Raising a family on a small farm is rewarding, yet has it’s own challenges. As much as I want to paint a pretty picture and share only our joys, I also don’t want you longing for something unrealistic and not appreciate what you already have. Farm life is hard work, involves a lot of loss, and is dirty. Farm life is also beautiful, fruitful and a bonding experience.
Our Furry Friends
We are military and move every 3-4 years. This dictates what kind of animals we are willing to invest money and time into. But we have found that having animals is very beneficial to our kids and worth the trouble. Currently we have one horse, a dog, two barn cats, eight ducks, and thirty to forty chickens.
We do participate in 4-H, but aren’t using any of the animals for that at this time. We found that showing animals is stressful on the animals, increases risk of bringing disease into our farm and is expensive. I’m not saying we will never show again, but it doesn’t fit our lifestyle currently.
Farm life requires a peace with being dirty. There is an ever moving film of dirt across my wooden floors. Eggs come in covered in undesirable material. Butchering of animals is messy. Little boys plus dirt equals dirty. We live in a state of rotating dirt.

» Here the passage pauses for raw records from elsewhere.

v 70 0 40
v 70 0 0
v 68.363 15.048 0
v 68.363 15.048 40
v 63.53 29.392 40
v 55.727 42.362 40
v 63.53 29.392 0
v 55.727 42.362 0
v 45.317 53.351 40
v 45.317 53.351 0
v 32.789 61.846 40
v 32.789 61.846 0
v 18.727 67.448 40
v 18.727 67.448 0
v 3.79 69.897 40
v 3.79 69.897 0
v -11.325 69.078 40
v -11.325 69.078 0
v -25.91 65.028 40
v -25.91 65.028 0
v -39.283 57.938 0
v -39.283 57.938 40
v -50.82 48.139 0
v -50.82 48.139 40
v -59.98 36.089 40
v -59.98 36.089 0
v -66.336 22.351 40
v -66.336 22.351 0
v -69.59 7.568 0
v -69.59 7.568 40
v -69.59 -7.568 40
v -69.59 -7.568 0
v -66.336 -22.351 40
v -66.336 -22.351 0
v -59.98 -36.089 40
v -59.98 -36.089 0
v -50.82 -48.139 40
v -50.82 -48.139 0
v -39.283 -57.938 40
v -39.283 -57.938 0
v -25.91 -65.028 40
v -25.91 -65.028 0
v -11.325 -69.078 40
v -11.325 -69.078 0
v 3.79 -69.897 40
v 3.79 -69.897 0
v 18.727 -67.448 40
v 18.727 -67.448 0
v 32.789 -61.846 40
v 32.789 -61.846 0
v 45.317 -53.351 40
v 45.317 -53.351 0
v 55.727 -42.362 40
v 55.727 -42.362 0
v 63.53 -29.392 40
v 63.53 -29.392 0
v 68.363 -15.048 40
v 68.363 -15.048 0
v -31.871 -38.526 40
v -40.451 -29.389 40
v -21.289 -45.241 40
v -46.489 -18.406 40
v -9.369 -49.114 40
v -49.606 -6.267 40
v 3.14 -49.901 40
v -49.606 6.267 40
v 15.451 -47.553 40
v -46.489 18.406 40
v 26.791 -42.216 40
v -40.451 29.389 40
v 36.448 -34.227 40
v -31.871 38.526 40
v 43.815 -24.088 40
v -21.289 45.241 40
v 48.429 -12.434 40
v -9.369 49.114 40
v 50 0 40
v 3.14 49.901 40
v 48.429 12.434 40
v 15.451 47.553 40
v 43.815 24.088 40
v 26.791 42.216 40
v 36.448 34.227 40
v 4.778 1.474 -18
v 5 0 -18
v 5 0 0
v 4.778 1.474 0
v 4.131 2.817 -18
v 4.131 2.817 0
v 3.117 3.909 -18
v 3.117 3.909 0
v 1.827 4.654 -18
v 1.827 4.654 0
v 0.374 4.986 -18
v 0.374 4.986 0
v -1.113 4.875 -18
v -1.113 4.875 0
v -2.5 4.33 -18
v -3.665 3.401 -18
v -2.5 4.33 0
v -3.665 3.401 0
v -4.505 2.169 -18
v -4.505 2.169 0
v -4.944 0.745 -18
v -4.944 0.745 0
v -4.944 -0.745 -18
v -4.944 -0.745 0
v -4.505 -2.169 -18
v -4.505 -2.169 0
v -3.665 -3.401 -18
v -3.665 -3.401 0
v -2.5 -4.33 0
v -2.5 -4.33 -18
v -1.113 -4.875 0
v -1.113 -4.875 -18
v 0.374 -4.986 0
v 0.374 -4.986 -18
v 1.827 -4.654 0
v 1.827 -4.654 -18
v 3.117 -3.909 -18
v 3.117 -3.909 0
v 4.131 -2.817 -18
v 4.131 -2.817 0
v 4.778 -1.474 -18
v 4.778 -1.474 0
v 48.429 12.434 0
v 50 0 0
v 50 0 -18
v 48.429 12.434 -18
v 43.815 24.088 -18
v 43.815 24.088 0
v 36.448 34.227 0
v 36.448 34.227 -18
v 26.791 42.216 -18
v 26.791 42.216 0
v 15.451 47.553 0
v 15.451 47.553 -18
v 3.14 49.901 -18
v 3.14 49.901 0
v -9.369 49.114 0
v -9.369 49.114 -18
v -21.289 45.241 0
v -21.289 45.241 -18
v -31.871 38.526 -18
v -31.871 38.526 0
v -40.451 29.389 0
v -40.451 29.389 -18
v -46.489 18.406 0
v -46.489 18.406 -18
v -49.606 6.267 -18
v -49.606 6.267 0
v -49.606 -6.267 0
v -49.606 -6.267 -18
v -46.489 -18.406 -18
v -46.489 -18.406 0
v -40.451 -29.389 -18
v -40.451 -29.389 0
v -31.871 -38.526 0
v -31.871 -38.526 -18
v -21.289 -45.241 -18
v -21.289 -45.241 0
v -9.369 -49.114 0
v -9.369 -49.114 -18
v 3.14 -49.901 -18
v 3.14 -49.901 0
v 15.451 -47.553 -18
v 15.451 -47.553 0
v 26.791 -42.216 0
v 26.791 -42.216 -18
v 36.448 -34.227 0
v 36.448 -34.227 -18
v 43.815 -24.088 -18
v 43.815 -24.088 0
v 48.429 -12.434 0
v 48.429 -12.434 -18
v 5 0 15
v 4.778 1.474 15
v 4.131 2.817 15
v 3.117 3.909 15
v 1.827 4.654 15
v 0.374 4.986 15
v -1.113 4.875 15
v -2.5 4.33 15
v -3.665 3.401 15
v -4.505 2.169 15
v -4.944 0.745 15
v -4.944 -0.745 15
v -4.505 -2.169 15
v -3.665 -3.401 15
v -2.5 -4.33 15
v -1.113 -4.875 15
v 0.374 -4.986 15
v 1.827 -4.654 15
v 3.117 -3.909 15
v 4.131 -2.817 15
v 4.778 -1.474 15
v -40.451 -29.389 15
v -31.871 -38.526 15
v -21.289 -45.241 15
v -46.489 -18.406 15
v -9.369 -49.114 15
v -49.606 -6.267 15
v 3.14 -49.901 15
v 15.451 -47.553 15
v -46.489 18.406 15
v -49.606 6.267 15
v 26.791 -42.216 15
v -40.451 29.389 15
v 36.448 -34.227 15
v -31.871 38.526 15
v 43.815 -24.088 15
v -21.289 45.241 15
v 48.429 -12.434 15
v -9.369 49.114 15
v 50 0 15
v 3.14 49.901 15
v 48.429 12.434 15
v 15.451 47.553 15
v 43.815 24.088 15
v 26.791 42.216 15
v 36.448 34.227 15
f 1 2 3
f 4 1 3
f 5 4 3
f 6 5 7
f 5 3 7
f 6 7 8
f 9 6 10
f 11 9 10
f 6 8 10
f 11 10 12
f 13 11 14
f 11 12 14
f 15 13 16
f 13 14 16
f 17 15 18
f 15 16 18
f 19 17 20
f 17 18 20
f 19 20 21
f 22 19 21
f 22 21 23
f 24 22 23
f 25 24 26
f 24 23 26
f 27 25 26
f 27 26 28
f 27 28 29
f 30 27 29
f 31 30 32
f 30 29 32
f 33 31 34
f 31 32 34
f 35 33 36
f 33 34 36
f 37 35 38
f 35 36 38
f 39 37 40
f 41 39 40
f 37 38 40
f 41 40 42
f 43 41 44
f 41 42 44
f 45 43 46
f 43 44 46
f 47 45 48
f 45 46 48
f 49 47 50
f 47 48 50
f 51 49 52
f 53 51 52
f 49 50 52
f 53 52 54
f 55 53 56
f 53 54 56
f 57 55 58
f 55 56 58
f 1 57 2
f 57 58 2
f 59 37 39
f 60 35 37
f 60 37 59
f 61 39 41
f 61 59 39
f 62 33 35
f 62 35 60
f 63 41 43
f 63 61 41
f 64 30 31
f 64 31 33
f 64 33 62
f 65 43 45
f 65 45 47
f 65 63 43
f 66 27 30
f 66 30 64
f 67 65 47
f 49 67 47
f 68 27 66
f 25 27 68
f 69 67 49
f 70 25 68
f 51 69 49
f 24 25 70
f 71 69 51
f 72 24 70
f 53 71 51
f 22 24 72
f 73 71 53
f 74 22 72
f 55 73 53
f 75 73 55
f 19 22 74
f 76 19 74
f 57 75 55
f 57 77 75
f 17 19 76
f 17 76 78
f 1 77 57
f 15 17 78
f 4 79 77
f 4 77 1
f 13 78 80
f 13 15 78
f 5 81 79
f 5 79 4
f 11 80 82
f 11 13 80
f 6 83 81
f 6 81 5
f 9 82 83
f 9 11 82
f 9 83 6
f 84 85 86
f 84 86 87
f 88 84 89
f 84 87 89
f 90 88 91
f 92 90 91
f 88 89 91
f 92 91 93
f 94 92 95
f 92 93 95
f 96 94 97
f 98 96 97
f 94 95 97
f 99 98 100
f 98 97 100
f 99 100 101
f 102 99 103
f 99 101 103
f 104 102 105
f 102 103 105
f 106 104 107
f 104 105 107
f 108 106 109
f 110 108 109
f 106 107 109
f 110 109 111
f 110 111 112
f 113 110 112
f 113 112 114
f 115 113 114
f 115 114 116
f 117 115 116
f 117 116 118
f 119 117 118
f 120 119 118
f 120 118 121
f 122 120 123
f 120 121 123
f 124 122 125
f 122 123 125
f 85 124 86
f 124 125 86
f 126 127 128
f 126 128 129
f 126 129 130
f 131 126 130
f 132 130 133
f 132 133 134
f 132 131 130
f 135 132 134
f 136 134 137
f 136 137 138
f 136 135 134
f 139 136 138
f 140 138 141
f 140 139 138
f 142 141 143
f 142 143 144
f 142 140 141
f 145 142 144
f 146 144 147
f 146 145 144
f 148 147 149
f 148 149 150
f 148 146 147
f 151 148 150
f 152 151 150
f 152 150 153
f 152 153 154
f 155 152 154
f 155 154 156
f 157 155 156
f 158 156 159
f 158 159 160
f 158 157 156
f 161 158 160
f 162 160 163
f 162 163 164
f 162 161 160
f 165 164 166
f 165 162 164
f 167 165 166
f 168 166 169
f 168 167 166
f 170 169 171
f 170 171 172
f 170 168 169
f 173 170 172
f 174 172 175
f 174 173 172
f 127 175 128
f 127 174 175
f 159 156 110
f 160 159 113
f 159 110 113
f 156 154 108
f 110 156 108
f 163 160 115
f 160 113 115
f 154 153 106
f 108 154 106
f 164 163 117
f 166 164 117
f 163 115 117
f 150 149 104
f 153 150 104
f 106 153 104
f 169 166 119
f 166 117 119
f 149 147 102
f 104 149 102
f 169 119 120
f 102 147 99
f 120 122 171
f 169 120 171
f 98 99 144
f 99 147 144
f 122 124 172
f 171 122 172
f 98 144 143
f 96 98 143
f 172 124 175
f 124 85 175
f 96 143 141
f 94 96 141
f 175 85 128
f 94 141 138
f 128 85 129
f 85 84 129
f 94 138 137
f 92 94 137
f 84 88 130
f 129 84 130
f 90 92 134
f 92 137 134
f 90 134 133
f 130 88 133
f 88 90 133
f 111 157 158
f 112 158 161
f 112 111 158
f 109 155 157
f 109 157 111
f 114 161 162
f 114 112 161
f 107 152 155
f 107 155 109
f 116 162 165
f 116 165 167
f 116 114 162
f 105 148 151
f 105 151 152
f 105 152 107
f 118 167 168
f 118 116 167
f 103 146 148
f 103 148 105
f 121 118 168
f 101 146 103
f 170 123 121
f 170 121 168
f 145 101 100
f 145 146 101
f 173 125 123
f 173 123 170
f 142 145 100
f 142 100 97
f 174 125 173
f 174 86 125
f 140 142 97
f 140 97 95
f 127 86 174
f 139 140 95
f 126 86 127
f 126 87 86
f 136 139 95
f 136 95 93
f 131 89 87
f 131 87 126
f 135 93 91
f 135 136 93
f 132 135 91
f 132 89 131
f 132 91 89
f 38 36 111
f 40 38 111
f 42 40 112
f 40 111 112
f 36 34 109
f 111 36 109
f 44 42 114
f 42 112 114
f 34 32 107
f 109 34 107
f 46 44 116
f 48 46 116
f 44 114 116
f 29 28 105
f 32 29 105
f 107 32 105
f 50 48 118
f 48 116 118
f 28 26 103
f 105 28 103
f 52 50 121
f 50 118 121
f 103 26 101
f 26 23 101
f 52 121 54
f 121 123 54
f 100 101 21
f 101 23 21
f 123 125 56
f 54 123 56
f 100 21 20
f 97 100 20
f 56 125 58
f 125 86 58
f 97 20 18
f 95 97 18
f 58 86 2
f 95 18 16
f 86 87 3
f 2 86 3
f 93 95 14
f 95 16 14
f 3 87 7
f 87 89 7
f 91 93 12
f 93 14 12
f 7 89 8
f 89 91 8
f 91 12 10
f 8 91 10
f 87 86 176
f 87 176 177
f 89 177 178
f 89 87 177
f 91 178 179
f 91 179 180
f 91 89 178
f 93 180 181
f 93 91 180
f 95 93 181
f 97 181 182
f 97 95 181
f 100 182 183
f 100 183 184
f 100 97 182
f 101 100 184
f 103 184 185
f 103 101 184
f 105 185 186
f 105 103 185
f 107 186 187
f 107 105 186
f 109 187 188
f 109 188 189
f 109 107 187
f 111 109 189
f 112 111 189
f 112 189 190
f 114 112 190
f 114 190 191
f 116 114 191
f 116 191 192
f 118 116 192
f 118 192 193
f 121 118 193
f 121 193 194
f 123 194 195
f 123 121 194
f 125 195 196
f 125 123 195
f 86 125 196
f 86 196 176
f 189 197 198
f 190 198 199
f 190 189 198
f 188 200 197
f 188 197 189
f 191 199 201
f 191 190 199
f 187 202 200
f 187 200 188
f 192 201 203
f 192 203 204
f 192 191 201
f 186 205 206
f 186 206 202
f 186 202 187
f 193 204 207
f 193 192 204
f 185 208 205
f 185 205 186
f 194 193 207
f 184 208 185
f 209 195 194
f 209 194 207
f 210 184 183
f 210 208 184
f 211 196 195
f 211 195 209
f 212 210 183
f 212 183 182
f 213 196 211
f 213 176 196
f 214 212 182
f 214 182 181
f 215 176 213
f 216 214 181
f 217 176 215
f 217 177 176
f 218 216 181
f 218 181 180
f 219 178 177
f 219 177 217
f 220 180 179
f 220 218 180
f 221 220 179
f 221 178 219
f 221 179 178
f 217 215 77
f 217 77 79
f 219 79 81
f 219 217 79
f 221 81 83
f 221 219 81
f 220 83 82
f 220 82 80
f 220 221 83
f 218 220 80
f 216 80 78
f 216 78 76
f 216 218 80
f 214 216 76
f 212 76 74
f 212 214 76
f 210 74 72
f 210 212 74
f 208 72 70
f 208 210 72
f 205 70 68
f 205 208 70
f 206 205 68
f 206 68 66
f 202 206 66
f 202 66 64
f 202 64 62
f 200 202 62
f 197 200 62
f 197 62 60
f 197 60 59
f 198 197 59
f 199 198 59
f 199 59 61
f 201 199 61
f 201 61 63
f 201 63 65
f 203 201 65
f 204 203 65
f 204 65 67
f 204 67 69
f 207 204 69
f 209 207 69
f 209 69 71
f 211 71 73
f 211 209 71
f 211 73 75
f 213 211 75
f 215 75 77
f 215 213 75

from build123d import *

# Parameters (mm, degrees)
F0_R     = 70
F0_R_2   = 50
F1_DEPTH = 40
F0_R_3   = 5
F2_DEPTH = 15
F3_DEPTH = 18


with BuildPart() as f1:
    # F0 (on Top) → F1 (new body)
    with BuildSketch(Plane.XY):
        Circle(F0_R)
        Circle(F0_R_2, mode=Mode.SUBTRACT)
    extrude(amount=F1_DEPTH)

    # F0 (on Top) → F2 (join)
    with BuildSketch(Plane.XY):
        Circle(F0_R_2)
        Circle(F0_R_3, mode=Mode.SUBTRACT)
    extrude(amount=F2_DEPTH)


with BuildPart() as f3:
    # F0 (on Top) → F3 (new body)
    with BuildSketch(Plane.XY):
        Circle(F0_R_2)
        Circle(F0_R_3, mode=Mode.SUBTRACT)
    extrude(amount=-F3_DEPTH)


solid = Compound([f1.part, f3.part])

Part of this farm life is sharing the responsibility to care for our critters. The littlest help collect eggs and feed the cats. The next ones are responsible for feeding and watering the chickens. The teen cares for the horse and her sidekick, Hank the Bulldog. My adult son and husband take care of butchering. It’s usually a group effort on most projects.
I’m all about taking care of everything inside the house. I’ll cook whatever they butcher, for the most part. I’ve turned away a cotton tail rabbit and wild boar. I’ve also never been one for gardening, but I love canning and preserving what they harvest. But all this works only if everyone has a part.
Inconvenience of Farm Life
Not trying to be a Debby Downer, but I am a bit of realist. Plus I’ll get to the good stuff soon enough. Farm life isn’t convenient. Well … it is convenient to go outside and grab eggs for breakfast ….
We chose not to milk goats this time around because it’s really hard to find someone to milk for you while you are out of town. You are tied to your animals at least once a day, twice a day if you are milking cows. Honestly it was a hard decision, because fresh, raw milk is priceless and worth the hassle.
Raising baby chicks requires constant care. And if they get “pasty butt”, you get to wipe them clean several times a day. Having the right equipment can be costly, but it makes raising them so much easier. Heat lamps are necessary but hazardous. Once they are moved outside with the big chickens, you have to deal with predators.
Horses are just expensive. It gives my daughter great joy and she has learned a lot, but it’s still expensive. The horse ate my dill. Me and the horse aren’t always on speaking terms. Plus these require a trailer for vet visits or really expensive on sight vets. But what girl doesn’t dream of owning a horse?
Living on a farm is a blessing. It offers our children a wonderful life, enough reality to keep them grounded and the importance of responsibility. It’s a great opportunity to teach teamwork and how to handle grief and disappointment.
I’m not a fan of the term “simple life” because it really isn’t simple, but it is peaceful and refreshing at times. It brings you closer to God’s creation and helps you be grateful for the little things, like where your food comes from. Farm life offers so much growth and stretching. It’s not only good for the kids, it’s good for me too. It far outweighs the struggles.